Por sua vez, o racismo expressa o conjunto
de teorias e crenças que estabelecem uma hierarquia entre as raças e
etnias ou, ainda, uma atitude de hostilidade em relação a determinadas
categorias de pessoas. Assim, em regra, o racismo e o preconceito é que
levam à discriminação, isso quando houver a sua exteriorização por meio
de atos ou comportamentos de segregação.
Há também que se considerar, no caso
concreto, a ofensa à dignidade da pessoa humana, a qual, como já tive a
oportunidade de discorrer em obra doutrinária, é de difícil conceituação, mas buscando-se defini-lo, possível admitir que pressuponha a existência de respeito à vida e integridade do ser humano,
sem olvidar da presença de condições mínimas para existência digna,
resguardadas a intimidade e a identidade do indivíduo, com a garantia de
igualdade para com outrem, sem que se possa excluir também sua condição
psicofísica
(Prisão provisória - medida de exceção no direito criminal brasileiro. Curitiba: Juruá, 2004, p. 38).

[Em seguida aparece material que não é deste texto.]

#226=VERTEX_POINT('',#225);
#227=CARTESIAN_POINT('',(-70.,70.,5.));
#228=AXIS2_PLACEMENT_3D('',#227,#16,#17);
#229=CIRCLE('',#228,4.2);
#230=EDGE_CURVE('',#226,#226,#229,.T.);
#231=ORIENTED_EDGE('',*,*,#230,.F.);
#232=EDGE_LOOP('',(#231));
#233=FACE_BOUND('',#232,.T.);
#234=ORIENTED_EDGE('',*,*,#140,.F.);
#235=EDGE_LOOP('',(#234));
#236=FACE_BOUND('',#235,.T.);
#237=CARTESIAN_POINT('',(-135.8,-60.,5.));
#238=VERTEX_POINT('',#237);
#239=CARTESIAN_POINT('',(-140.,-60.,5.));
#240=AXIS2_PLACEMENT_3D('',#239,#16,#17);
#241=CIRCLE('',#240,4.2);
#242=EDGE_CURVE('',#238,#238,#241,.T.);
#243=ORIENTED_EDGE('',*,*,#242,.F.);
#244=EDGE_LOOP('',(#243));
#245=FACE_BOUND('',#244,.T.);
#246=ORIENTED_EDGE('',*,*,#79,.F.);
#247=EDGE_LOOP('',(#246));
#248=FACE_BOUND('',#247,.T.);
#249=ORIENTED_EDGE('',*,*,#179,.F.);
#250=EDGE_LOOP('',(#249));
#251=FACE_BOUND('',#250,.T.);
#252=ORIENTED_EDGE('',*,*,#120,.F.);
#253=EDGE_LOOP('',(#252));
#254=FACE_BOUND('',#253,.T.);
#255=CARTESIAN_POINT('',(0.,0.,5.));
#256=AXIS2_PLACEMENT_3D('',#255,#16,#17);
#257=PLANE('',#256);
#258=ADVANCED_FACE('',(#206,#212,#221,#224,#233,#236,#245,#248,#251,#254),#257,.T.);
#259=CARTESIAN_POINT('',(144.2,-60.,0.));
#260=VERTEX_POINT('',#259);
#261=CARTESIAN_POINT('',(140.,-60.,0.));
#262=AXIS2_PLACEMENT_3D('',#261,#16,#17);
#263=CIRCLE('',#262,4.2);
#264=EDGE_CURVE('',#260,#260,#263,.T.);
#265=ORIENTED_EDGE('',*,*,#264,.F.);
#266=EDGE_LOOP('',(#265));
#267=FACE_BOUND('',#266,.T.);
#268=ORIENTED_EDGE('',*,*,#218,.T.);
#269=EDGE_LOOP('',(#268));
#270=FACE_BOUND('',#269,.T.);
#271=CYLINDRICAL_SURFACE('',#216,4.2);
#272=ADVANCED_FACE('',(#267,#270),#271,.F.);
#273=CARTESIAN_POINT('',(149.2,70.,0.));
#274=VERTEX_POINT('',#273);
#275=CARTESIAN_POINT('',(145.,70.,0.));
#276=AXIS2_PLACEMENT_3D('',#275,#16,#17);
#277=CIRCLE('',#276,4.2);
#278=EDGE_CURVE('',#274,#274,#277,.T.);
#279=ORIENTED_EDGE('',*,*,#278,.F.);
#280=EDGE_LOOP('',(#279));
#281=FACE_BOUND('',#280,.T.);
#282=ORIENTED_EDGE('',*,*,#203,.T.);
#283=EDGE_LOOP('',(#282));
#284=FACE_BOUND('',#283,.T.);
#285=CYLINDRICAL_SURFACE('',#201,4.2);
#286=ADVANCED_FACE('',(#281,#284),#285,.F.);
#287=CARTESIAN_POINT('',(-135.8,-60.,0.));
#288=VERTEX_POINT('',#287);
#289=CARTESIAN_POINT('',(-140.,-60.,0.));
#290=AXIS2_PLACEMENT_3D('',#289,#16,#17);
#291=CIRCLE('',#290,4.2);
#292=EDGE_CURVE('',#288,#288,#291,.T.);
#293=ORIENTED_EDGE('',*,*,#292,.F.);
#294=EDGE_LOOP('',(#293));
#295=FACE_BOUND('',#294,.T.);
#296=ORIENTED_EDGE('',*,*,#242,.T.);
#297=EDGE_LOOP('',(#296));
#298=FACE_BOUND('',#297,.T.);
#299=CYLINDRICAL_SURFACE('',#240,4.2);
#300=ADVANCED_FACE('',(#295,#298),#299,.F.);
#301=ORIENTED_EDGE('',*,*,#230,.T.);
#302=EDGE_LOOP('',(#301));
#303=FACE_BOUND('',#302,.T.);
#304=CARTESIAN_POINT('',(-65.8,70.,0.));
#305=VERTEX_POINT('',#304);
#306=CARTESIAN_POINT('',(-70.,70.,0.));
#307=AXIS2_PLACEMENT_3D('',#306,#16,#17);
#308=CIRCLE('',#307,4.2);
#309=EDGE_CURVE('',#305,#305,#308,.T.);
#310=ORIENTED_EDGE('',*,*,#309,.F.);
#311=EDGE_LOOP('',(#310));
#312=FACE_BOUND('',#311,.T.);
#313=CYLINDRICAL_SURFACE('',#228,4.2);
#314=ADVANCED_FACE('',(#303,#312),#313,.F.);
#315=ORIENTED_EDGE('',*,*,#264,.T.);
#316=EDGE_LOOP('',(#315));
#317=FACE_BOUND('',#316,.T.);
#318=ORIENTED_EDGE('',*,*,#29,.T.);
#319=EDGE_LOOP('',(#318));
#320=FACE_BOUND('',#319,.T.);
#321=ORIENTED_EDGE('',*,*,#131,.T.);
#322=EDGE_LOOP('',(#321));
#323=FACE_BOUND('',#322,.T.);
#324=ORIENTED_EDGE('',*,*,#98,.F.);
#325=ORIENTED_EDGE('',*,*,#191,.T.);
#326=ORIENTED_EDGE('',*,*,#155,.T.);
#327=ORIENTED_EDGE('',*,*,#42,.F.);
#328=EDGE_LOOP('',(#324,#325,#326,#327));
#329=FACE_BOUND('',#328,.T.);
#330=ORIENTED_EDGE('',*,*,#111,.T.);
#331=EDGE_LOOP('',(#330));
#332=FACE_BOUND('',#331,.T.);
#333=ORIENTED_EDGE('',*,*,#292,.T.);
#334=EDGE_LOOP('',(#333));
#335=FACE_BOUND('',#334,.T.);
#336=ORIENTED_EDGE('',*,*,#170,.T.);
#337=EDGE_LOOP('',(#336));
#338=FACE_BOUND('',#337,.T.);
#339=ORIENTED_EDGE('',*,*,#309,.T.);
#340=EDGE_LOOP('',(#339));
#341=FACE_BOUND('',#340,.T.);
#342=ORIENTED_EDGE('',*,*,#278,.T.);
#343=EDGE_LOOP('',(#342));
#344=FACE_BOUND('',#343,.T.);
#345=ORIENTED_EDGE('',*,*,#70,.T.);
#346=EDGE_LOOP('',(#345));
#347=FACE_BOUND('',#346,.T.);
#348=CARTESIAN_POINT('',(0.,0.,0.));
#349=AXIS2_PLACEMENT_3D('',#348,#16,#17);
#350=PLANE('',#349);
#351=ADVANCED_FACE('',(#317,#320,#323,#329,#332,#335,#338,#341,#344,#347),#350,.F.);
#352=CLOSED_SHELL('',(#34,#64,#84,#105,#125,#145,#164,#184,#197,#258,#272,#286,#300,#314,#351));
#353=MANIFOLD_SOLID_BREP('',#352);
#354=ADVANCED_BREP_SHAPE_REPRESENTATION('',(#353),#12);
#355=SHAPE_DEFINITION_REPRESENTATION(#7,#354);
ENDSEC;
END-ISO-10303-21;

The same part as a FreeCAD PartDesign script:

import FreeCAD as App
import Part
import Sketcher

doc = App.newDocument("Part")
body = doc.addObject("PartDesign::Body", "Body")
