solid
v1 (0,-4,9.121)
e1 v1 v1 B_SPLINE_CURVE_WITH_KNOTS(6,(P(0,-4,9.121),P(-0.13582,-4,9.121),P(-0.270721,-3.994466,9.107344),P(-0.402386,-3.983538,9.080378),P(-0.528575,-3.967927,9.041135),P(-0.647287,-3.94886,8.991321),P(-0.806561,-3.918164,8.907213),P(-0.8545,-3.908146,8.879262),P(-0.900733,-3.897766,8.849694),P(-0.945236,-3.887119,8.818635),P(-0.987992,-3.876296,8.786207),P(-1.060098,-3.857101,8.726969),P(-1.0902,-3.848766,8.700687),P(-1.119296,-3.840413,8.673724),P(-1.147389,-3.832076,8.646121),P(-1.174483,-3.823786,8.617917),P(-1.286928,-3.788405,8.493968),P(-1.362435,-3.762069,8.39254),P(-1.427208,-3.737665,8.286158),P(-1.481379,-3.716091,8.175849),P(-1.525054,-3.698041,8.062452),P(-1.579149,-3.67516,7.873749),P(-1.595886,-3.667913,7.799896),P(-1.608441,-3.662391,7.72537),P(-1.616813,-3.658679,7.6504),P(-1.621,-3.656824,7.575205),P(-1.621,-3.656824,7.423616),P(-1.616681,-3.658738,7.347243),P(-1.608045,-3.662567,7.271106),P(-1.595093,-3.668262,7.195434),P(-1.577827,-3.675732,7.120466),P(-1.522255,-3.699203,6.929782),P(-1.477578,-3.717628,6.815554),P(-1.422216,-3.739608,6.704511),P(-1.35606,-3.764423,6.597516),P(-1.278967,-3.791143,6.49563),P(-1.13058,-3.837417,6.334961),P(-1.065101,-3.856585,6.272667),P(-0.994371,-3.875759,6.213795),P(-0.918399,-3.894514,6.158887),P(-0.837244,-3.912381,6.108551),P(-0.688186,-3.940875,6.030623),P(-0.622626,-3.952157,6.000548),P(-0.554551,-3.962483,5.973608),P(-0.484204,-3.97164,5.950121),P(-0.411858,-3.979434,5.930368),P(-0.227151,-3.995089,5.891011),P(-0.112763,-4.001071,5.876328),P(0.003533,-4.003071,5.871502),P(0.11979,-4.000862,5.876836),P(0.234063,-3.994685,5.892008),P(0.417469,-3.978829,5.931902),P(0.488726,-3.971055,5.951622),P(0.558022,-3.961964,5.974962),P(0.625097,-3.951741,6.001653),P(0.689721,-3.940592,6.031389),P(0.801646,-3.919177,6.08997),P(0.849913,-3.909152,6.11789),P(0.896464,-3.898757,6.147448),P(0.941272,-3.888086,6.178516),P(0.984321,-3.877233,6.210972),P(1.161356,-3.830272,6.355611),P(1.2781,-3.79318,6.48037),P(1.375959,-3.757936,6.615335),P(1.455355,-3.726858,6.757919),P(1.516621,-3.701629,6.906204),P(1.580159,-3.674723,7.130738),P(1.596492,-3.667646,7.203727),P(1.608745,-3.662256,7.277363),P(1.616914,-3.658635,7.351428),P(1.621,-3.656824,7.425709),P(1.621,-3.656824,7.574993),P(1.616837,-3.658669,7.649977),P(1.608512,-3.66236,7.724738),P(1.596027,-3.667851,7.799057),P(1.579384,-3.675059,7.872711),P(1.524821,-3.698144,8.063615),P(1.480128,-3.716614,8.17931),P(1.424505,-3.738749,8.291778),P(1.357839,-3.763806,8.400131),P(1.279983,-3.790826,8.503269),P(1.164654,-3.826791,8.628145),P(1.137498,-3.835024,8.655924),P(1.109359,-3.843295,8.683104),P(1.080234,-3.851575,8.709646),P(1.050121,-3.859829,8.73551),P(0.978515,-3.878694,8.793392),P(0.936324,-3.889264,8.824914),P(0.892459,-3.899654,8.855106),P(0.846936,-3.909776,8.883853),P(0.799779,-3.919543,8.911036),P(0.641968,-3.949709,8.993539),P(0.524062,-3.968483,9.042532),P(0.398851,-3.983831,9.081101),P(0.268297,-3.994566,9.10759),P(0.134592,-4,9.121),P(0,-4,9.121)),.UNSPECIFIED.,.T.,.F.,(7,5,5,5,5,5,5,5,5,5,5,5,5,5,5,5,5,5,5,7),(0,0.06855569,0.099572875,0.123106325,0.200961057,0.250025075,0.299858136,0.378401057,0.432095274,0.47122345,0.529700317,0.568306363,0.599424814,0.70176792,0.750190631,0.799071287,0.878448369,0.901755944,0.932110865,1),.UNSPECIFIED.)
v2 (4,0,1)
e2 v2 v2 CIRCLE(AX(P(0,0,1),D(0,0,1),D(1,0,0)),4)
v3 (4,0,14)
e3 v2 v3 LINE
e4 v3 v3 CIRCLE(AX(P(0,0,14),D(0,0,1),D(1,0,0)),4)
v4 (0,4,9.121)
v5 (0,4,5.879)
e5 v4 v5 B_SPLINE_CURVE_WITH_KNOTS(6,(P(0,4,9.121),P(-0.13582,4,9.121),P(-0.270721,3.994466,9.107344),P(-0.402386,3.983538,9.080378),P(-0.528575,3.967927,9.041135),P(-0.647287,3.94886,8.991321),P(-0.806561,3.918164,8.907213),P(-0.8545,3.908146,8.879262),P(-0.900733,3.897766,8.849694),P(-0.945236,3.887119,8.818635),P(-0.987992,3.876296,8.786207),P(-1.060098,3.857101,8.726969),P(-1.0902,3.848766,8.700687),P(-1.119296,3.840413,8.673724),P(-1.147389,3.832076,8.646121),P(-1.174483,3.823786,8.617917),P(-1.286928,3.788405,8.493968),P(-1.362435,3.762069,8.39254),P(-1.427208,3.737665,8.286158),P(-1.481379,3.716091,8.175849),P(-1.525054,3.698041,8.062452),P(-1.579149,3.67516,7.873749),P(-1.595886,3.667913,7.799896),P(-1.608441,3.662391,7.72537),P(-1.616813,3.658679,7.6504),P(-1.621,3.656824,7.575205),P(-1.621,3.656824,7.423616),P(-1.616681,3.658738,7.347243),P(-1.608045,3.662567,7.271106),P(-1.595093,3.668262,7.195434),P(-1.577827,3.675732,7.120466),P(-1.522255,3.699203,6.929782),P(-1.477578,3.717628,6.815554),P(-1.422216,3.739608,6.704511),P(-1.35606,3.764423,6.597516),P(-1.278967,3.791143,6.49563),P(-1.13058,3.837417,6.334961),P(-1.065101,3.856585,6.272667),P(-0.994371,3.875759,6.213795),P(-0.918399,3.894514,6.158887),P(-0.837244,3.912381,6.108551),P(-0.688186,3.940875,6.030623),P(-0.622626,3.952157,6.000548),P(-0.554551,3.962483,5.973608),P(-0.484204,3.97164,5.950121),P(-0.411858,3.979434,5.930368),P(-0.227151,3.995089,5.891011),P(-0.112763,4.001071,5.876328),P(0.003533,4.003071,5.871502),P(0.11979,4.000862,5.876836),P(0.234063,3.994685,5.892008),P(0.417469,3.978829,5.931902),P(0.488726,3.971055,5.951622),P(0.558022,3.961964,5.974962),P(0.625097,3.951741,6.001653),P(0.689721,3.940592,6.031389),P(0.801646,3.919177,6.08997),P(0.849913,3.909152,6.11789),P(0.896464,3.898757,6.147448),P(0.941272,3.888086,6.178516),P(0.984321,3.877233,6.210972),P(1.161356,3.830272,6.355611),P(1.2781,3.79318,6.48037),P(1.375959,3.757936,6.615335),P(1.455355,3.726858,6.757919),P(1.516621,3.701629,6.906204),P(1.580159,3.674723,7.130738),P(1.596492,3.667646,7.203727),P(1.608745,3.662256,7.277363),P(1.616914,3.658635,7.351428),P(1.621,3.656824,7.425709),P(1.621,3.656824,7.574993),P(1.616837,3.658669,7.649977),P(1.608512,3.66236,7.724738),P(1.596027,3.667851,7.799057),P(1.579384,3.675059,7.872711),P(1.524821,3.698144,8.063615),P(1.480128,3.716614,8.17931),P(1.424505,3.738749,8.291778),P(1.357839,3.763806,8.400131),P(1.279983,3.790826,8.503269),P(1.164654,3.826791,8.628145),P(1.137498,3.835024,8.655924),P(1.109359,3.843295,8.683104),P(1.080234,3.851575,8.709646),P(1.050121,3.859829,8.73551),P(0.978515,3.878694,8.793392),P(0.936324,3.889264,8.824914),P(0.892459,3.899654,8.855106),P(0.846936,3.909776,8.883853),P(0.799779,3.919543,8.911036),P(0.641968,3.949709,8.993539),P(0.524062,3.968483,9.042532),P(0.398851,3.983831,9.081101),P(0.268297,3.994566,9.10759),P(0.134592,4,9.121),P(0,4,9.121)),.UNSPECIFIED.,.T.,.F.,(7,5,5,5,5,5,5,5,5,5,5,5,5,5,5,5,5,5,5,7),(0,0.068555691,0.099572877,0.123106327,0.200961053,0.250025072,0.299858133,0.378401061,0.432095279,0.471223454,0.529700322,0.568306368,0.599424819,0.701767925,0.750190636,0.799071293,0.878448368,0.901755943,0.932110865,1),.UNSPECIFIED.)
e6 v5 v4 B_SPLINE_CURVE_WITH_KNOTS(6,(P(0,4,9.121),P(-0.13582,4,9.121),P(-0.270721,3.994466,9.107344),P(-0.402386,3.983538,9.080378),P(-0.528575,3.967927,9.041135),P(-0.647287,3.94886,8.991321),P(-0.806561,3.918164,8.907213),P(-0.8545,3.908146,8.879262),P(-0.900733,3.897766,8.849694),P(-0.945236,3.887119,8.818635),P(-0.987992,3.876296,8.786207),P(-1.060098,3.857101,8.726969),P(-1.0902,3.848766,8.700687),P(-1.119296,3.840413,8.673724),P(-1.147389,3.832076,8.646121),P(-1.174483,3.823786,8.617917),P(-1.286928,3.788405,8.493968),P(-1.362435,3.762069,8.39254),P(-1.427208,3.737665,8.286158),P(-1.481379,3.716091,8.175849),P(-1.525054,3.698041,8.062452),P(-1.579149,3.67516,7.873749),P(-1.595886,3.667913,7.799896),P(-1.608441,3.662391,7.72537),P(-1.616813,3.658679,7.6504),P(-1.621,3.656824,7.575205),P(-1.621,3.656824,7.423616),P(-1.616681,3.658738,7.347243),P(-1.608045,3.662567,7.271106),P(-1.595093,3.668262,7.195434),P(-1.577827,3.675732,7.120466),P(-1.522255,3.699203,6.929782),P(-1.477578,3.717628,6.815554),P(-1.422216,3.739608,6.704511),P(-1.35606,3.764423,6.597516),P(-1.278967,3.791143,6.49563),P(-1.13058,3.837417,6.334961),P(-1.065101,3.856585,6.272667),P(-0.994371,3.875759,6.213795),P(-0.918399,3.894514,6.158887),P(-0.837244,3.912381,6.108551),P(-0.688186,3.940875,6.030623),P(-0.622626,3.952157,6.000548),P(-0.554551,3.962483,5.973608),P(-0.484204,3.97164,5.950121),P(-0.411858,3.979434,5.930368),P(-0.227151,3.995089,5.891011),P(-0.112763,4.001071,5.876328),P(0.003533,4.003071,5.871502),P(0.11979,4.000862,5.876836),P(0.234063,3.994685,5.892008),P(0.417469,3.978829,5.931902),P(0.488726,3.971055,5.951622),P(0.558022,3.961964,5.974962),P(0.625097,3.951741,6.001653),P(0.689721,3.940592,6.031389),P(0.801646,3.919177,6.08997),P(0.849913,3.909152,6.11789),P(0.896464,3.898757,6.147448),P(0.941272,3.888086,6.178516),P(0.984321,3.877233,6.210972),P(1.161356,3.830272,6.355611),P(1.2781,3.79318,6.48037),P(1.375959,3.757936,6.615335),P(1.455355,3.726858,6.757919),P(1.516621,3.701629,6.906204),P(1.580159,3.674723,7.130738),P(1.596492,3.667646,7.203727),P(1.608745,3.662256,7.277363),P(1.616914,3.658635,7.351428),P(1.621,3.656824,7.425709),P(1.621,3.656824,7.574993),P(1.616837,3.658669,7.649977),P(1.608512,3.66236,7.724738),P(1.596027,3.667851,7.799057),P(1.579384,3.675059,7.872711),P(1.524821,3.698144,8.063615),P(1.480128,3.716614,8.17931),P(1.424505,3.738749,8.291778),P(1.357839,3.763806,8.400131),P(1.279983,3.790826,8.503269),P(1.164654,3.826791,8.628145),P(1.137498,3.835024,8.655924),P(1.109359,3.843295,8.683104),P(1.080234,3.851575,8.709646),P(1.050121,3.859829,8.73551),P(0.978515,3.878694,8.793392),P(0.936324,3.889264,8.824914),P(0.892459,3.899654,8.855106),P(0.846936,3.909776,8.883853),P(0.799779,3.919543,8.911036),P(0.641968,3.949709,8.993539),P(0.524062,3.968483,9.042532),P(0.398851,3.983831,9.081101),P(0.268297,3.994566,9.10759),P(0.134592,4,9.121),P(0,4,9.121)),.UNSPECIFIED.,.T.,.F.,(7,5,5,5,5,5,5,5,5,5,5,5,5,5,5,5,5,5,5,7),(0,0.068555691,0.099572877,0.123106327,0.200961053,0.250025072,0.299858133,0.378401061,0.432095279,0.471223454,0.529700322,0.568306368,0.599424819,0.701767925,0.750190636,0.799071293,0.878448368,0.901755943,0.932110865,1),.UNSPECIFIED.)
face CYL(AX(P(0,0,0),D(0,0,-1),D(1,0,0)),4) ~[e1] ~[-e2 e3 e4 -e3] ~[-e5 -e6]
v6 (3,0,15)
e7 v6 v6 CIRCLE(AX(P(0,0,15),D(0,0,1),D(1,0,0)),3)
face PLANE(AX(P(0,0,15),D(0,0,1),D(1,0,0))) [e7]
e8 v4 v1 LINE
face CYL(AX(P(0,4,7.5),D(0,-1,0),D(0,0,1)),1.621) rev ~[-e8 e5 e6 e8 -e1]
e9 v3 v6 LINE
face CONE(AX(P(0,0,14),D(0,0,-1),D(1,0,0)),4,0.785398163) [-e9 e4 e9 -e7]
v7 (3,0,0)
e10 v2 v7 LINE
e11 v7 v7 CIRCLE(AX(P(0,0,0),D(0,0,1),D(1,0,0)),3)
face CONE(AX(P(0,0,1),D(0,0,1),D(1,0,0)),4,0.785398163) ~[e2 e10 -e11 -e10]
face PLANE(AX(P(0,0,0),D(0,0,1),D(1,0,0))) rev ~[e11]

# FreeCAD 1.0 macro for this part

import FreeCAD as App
import Part
import Sketcher
Q = App.Units.Quantity


def edges_at(feature, points):
    """Names of the edges that pass closest to the given points."""
    edges = feature.Shape.Edges
    near = lambda p: min(range(len(edges)), key=lambda i: edges[i].distToShape(Part.Vertex(*p))[0])
    return sorted({f"Edge{near(p) + 1}" for p in points})

doc = App.newDocument("Part")
params = doc.addObject("Spreadsheet::Sheet", "Params")
for row, (alias, value) in enumerate([
    ("sketch1_diameter", "8 mm"),
    ("pad1_length", "15 mm"),
    ("hole_diameter", "3.242 mm"),
    ("chamfer_size", "1 mm"),
], start=1):
    params.set(f"A{row}", alias)
    params.set(f"B{row}", "=" + value)
    params.setAlias(f"B{row}", alias)

body = doc.addObject("PartDesign::Body", "Body")

# Sketch on XY plane
sketch1 = body.newObject("Sketcher::SketchObject", "Sketch")
sketch1.AttachmentSupport = (doc.getObject("XY_Plane"), [""])
sketch1.MapMode = "FlatFace"
sketch1.addGeometry(Part.Circle(App.Vector(0, 0, 0), App.Vector(0, 0, 1), 4), False)
sketch1.addConstraint(Sketcher.Constraint("Coincident", 0, 3, -1, 1))
sketch1.addConstraint(Sketcher.Constraint("Diameter", 0, Q("8 mm")))
sketch1.setExpression("Constraints[1]", "Params.sketch1_diameter")
pad1 = body.newObject("PartDesign::Pad", "Pad")
pad1.Profile = sketch1
pad1.setExpression("Length", "Params.pad1_length")

# Sketch on XZ plane
sketch2 = body.newObject("Sketcher::SketchObject", "Sketch001")
sketch2.AttachmentSupport = (doc.getObject("XZ_Plane"), [""])
sketch2.MapMode = "FlatFace"
sketch2.AttachmentOffset = App.Placement(App.Vector(0, 0, -4), App.Rotation())
sketch2.addGeometry(Part.Circle(App.Vector(0, 7.5, 0), App.Vector(0, 0, 1), 1.6), False)
sketch2.addConstraint(Sketcher.Constraint("PointOnObject", 0, 3, -2))
sketch2.addConstraint(Sketcher.Constraint("Diameter", 0, Q("3.242 mm")))
sketch2.addConstraint(Sketcher.Constraint("DistanceY", -1, 1, 0, 3, Q("7.5 mm")))
doc.recompute()
hole = body.newObject("PartDesign::Hole", "Hole")
hole.Profile = sketch2
hole.ThreadType = "None"
hole.setExpression("Diameter", "Params.hole_diameter")
hole.DepthType = "ThroughAll"
hole.Reversed = True
doc.recompute()

chamfer = body.newObject("PartDesign::Chamfer", "Chamfer")
chamfer.Base = (hole, edges_at(hole, [(-4, 0, 0), (-4, 0, 15)]))
chamfer.setExpression("Size", "Params.chamfer_size")

doc.recompute()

No caso dos autos, fica evidente a
ocorrência de embate entre o princípio de liberdade de expressão e o
princípio da igualdade, ambos constitucionais, sendo que, fazendo-se uma
interpretação sistemática, conclui-se que a Constituição Federal
autoriza a punição na hipótese da existência de discriminação que atinja
direitos e liberdades.
Isso decorre da circunstância de não se
admitir em nosso ordenamento jurídico, a censura prévia, não obstante
seja possível o controle judicial:
Por força de mandamento constitucional, é
consagrado o direito de ação, pelo qual se assegura a apreciação pelo
Poder Judiciário de qualquer pretensão de quem se suponha lesado ou
ameaçado em seu direito (art. 5º, XXXV). O exercício da liberdade de
expressão pode, em diferentes situações, violar a ordem jurídica e
afetar a esfera de direitos de outrem, sujeitando o agente a
consequências jurídicas de natureza civil ou penal. O controle judicial
singulariza-se pela independência e imparcialidade do órgão que o
exerce, e obedece a um devido processo legal, que inclui o direito ao
contraditório e à ampla defesa, com os meios e recursos a ela inerentes
(art. 5º, LIV e LV).
(BARROSO, Luís Roberto. Liberdade de expressão, censura e controle da programação de televisão na constituição de 1988. Revista dos Tribunais, São Paulo, ano 90, agosto de 2001, vol. 790, p. 133/134).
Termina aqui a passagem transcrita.